During the Deposition

  1. Camera: When using multiple screens, make sure your outline (or the document you will look at the most) is on the screen with your camera. Otherwise, it will seem like you are never looking directly at the witness, which can feel disjointed and even rude to a lay person who is not used to being in a deposition, let alone via Zoom.
  2. Video: Leave your video on for the sake of the court reporter. It can be very difficult to hear questions and objections via phone, so allowing the court reporter to see your face and watch your lips will make it easier for them to catch what you are saying. This will also ensure your objections make it on the record.

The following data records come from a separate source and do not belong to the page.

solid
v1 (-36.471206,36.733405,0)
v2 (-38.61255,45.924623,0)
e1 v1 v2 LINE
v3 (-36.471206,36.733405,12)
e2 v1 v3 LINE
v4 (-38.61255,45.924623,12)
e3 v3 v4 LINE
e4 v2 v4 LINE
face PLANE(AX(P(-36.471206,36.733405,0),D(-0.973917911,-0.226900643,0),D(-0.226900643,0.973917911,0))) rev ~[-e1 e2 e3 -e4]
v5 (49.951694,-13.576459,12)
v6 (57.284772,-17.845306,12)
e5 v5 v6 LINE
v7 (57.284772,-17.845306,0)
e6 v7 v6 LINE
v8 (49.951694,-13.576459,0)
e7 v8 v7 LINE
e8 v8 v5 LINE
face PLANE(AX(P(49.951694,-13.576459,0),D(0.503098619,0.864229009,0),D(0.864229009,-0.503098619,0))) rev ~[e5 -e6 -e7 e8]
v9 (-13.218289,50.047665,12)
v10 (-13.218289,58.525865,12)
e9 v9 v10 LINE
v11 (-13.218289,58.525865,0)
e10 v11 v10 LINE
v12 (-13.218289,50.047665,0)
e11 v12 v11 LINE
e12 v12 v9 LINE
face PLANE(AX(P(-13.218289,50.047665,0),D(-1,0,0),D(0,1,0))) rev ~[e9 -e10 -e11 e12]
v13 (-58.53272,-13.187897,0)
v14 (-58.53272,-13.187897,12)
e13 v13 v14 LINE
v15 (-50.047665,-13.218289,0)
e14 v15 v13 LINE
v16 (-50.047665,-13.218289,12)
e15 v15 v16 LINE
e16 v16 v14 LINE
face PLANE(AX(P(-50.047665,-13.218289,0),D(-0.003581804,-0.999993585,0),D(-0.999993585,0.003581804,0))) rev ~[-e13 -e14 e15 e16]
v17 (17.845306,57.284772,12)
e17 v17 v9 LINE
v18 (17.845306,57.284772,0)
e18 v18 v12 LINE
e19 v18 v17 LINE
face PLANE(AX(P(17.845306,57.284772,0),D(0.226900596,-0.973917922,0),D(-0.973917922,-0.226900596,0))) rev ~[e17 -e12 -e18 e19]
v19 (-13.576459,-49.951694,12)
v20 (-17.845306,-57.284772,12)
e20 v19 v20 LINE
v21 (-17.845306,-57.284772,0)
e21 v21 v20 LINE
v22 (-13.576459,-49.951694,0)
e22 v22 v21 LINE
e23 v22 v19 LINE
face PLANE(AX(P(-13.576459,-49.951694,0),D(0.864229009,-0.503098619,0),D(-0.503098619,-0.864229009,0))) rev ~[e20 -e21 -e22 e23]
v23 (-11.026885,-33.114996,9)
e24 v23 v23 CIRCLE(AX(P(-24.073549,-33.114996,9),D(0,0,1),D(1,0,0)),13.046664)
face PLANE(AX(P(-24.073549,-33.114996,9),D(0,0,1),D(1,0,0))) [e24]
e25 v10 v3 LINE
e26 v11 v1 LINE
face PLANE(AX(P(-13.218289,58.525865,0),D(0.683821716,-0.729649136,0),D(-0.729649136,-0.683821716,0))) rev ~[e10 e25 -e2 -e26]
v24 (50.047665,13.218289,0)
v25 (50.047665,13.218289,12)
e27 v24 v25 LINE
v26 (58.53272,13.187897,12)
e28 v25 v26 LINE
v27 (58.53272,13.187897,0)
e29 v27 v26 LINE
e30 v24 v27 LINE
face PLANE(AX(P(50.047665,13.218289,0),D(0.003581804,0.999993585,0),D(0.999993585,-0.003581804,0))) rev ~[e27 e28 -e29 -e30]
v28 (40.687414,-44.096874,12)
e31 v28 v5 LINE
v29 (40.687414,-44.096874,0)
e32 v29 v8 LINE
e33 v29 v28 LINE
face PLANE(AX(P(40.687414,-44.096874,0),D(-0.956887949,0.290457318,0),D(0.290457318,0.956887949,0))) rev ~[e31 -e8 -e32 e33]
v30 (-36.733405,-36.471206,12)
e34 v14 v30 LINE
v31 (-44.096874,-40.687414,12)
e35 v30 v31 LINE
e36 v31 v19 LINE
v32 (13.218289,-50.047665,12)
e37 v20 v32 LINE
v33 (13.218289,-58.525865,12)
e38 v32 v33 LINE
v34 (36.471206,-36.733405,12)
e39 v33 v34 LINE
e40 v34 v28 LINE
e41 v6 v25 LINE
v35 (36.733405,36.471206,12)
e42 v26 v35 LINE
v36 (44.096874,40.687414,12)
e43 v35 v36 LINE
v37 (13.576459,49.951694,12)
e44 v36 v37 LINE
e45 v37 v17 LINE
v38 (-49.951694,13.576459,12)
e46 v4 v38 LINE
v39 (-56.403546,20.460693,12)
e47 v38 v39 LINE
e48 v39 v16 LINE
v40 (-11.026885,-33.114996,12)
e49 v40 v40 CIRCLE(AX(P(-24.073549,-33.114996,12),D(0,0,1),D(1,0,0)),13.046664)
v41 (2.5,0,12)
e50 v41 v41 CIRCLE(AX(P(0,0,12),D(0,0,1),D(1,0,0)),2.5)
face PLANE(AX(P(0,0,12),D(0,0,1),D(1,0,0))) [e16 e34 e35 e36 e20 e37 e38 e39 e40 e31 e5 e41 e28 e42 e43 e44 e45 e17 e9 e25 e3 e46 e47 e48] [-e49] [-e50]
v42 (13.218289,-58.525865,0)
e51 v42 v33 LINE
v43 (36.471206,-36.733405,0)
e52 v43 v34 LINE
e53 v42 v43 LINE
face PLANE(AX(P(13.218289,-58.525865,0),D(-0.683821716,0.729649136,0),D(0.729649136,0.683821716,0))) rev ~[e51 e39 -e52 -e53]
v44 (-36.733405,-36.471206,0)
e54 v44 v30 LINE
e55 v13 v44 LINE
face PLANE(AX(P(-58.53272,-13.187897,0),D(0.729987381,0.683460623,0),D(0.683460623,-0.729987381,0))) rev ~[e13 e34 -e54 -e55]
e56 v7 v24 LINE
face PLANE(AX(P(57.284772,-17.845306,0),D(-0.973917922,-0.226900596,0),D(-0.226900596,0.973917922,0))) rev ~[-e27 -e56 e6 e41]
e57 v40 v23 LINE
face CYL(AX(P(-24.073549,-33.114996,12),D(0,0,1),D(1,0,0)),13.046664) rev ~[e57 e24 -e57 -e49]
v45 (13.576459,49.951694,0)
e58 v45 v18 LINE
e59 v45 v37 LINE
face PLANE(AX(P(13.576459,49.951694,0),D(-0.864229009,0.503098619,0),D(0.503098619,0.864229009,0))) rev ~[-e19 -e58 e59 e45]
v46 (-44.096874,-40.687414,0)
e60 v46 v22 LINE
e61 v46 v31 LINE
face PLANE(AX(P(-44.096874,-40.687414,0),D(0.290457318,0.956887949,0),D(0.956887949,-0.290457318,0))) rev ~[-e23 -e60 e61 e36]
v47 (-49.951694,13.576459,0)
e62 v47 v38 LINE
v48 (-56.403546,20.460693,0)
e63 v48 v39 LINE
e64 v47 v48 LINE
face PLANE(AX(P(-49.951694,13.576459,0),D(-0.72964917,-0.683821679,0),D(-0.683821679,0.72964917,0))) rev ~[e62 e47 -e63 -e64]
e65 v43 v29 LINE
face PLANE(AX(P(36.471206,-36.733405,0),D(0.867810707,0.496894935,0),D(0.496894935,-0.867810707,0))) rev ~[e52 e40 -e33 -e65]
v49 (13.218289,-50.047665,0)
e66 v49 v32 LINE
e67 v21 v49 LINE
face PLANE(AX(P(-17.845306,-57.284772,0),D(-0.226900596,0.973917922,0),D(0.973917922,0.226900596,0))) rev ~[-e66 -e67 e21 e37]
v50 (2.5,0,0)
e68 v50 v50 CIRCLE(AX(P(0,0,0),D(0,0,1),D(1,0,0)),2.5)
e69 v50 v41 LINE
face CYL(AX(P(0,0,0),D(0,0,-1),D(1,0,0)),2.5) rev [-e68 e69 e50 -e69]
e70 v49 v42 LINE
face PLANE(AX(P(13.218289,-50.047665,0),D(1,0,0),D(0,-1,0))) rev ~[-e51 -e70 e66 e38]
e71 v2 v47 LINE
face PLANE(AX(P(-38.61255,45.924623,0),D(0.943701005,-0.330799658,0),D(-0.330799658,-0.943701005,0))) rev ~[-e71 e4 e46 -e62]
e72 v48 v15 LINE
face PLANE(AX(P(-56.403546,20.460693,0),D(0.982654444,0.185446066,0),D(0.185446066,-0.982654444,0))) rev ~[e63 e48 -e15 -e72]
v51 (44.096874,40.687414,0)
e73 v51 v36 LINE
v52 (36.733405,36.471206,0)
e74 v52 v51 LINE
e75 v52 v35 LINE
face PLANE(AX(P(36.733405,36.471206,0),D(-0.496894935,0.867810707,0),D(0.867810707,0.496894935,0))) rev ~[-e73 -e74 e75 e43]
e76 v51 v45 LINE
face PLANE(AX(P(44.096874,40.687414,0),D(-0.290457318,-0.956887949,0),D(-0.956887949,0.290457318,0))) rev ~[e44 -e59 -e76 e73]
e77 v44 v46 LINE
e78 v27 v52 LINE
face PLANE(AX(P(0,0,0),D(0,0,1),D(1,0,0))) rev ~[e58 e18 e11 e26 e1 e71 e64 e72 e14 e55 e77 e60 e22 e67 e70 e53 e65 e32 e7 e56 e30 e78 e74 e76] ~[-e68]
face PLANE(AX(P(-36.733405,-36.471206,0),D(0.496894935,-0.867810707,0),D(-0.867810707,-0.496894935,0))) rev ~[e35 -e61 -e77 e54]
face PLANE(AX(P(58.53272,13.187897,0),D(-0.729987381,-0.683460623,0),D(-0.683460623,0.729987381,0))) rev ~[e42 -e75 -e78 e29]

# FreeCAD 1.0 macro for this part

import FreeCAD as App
import Part
import Sketcher
from FreeCAD import Vector
Q = App.Units.Quantity


def add_polygon(sketch, points):
    """Adds a closed chain of lines whose ends are joined by coincident constraints."""
    first, n = sketch.GeometryCount, len(points)
    for a, b in zip(points, points[1:] + points[:1]):
        sketch.addGeometry(Part.LineSegment(App.Vector(*a, 0), App.Vector(*b, 0)), False)
    for i in range(n):
        sketch.addConstraint(Sketcher.Constraint("Coincident", first + i, 2, first + (i + 1) % n, 1))

doc = App.newDocument("Part")
body = doc.addObject("PartDesign::Body", "Body")

sketch1 = body.newObject("Sketcher::SketchObject", "Sketch")
sketch1.AttachmentSupport = (doc.getObject("XY_Plane"), [""])
sketch1.MapMode = "FlatFace"
add_polygon(sketch1, [(50.047665, 13.218289), (58.53272, 13.187897), (36.733405, 36.471206), (44.096874, 40.687414), (13.576459, 49.951694), (17.845306, 57.284772), (-13.218289, 50.047665), (-13.218289, 58.525865), (-36.471206, 36.733405), (-38.61255, 45.924623), (-49.951694, 13.576459), (-56.403546, 20.460693), (-50.047665, -13.218289), (-58.53272, -13.187897), (-36.733405, -36.471206), (-44.096874, -40.687414), (-13.576459, -49.951694), (-17.845306, -57.284772), (13.218289, -50.047665), (13.218289, -58.525865), (36.471206, -36.733405), (40.687414, -44.096874), (49.951694, -13.576459), (57.284772, -17.845306)])
sketch1.addGeometry(Part.Circle(Vector(0, 0, 0), Vector(0, 0, 1), 2.5), False)
sketch1.addConstraint([
    Sketcher.Constraint("Vertical", 6),
    Sketcher.Constraint("Vertical", 18),
    Sketcher.Constraint("Coincident", 24, 3, -1, 1),
    Sketcher.Constraint("Symmetric", 0, 2, 12, 2, -1, 1),
    Sketcher.Constraint("Symmetric", 1, 2, 13, 2, -1, 1),
    Sketcher.Constraint("Symmetric", 2, 2, 14, 2, -1, 1),
    Sketcher.Constraint("Symmetric", 3, 2, 15, 2, -1, 1),
    Sketcher.Constraint("Symmetric", 4, 2, 16, 2, -1, 1),
    Sketcher.Constraint("Symmetric", 5, 2, 17, 2, -1, 1),
    Sketcher.Constraint("Symmetric", 7, 2, 19, 2, -1, 1),
    Sketcher.Constraint("Symmetric", 9, 2, 21, 2, -1, 1),
    Sketcher.Constraint("Symmetric", 11, 2, 23, 2, -1, 1),
    Sketcher.Constraint("Perpendicular", 5, 8),
    Sketcher.Constraint("Perpendicular", 7, 10),
    Sketcher.Constraint("Perpendicular", 10, 19),
    Sketcher.Constraint("Perpendicular", 14, 20),
    Sketcher.Constraint("Perpendicular", 15, 21),
    Sketcher.Constraint("Perpendicular", 16, 22),
    Sketcher.Constraint("Perpendicular", 17, 23),
    Sketcher.Constraint("Equal", 0, 2),
    Sketcher.Constraint("Equal", 1, 3),
    Sketcher.Constraint("Equal", 2, 4),
    Sketcher.Constraint("Equal", 3, 5),
    Sketcher.Constraint("Equal", 16, 20),
    Sketcher.Constraint("Equal", 17, 21),
    Sketcher.Constraint("Equal", 20, 22),
    Sketcher.Constraint("Equal", 21, 23),
    Sketcher.Constraint("Diameter", 24, Q("5 mm")),
    Sketcher.Constraint("DistanceY", 6, 1, 6, 2, Q("8.4782 mm")),
    Sketcher.Constraint("DistanceX", 4, 2, 1, 2, Q("18.888099 mm")),
    Sketcher.Constraint("DistanceY", 12, 2, 7, 2, Q("49.921302 mm")),
    Sketcher.Constraint("DistanceY", 13, 2, 10, 2, Q("56.931899 mm")),
    Sketcher.Constraint("Distance", 0, Q("8.485109 mm")),
    Sketcher.Constraint("Distance", 7, Q("31.868628 mm")),
    Sketcher.Constraint("Distance", 9, Q("34.27798 mm")),
    Sketcher.Constraint("Distance", 10, Q("9.434992 mm")),
    Sketcher.Constraint("DistanceX", -1, 1, 0, 2, Q("58.53272 mm")),
    Sketcher.Constraint("DistanceX", -1, 1, 3, 2, Q("13.576459 mm")),
    Sketcher.Constraint("DistanceY", -1, 1, 4, 2, Q("57.284772 mm")),
    Sketcher.Constraint("DistanceX", 5, 2, -1, 1, Q("13.218289 mm")),
    Sketcher.Constraint("DistanceX", 8, 2, -1, 1, Q("38.61255 mm")),
])
pad1 = body.newObject("PartDesign::Pad", "Pad")
pad1.Profile = sketch1
pad1.Length = 12

sketch2 = body.newObject("Sketcher::SketchObject", "Sketch001")
sketch2.AttachmentSupport = (doc.getObject("XY_Plane"), [""])
sketch2.MapMode = "FlatFace"
sketch2.AttachmentOffset = App.Placement(Vector(0, 0, 12), App.Rotation())
sketch2.addGeometry(Part.Circle(Vector(-24.073549, -33.114996, 0), Vector(0, 0, 1), 13.046664), False)
sketch2.addConstraint([
    Sketcher.Constraint("Diameter", 0, Q("26.093328 mm")),
    Sketcher.Constraint("DistanceX", 0, 3, -1, 1, Q("24.073549 mm")),
    Sketcher.Constraint("DistanceY", 0, 3, -1, 1, Q("33.114996 mm")),
])
pocket1 = body.newObject("PartDesign::Pocket", "Pocket")
pocket1.Profile = sketch2
pocket1.Length = 3

doc.recompute()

  3. Decorum: You should treat a remote deposition as an in-person deposition and act accordingly.
    1. First, make sure you are dressed appropriately. While suit and/or tie may not be necessary, you should still be dressed professionally. This means no logo t-shirts, hooded sweatshirts or unkempt hair. Fight the urge to wear pajama bottoms—emergencies happen and the last thing you want is to jump up to answer your front door and flash your sweatpants to all deposition participants.
    2. Second, do not eat or drink during the deposition. Breaks are taken regularly—use that time to grab a snack or drink a cup of coffee.
    3. Finally, do not forget to introduce yourself at the beginning of multi-party litigation as well as when you are actually questioning the witness. Depositions can feel adversarial but taking a moment to introduce yourself will humanize you to the witness and make your exchange feel less combative.
  4. Remote Stipulation: Be sure to check your local rules to determine if your state requires a stipulation to permit the court reporter to conduct the deposition remotely or if your state has adopted its own bill to permit remote depositions. California Code Section 225.310 requires that the deposition officer or court reporter be present with the deponent during the deposition. However, as of September 2020, Senate Bill 1146 allows a court reporter to swear in the witness and transcribe the deposition remotely in California. If a stipulation is needed, make sure to read it into the record before you begin asking any questions.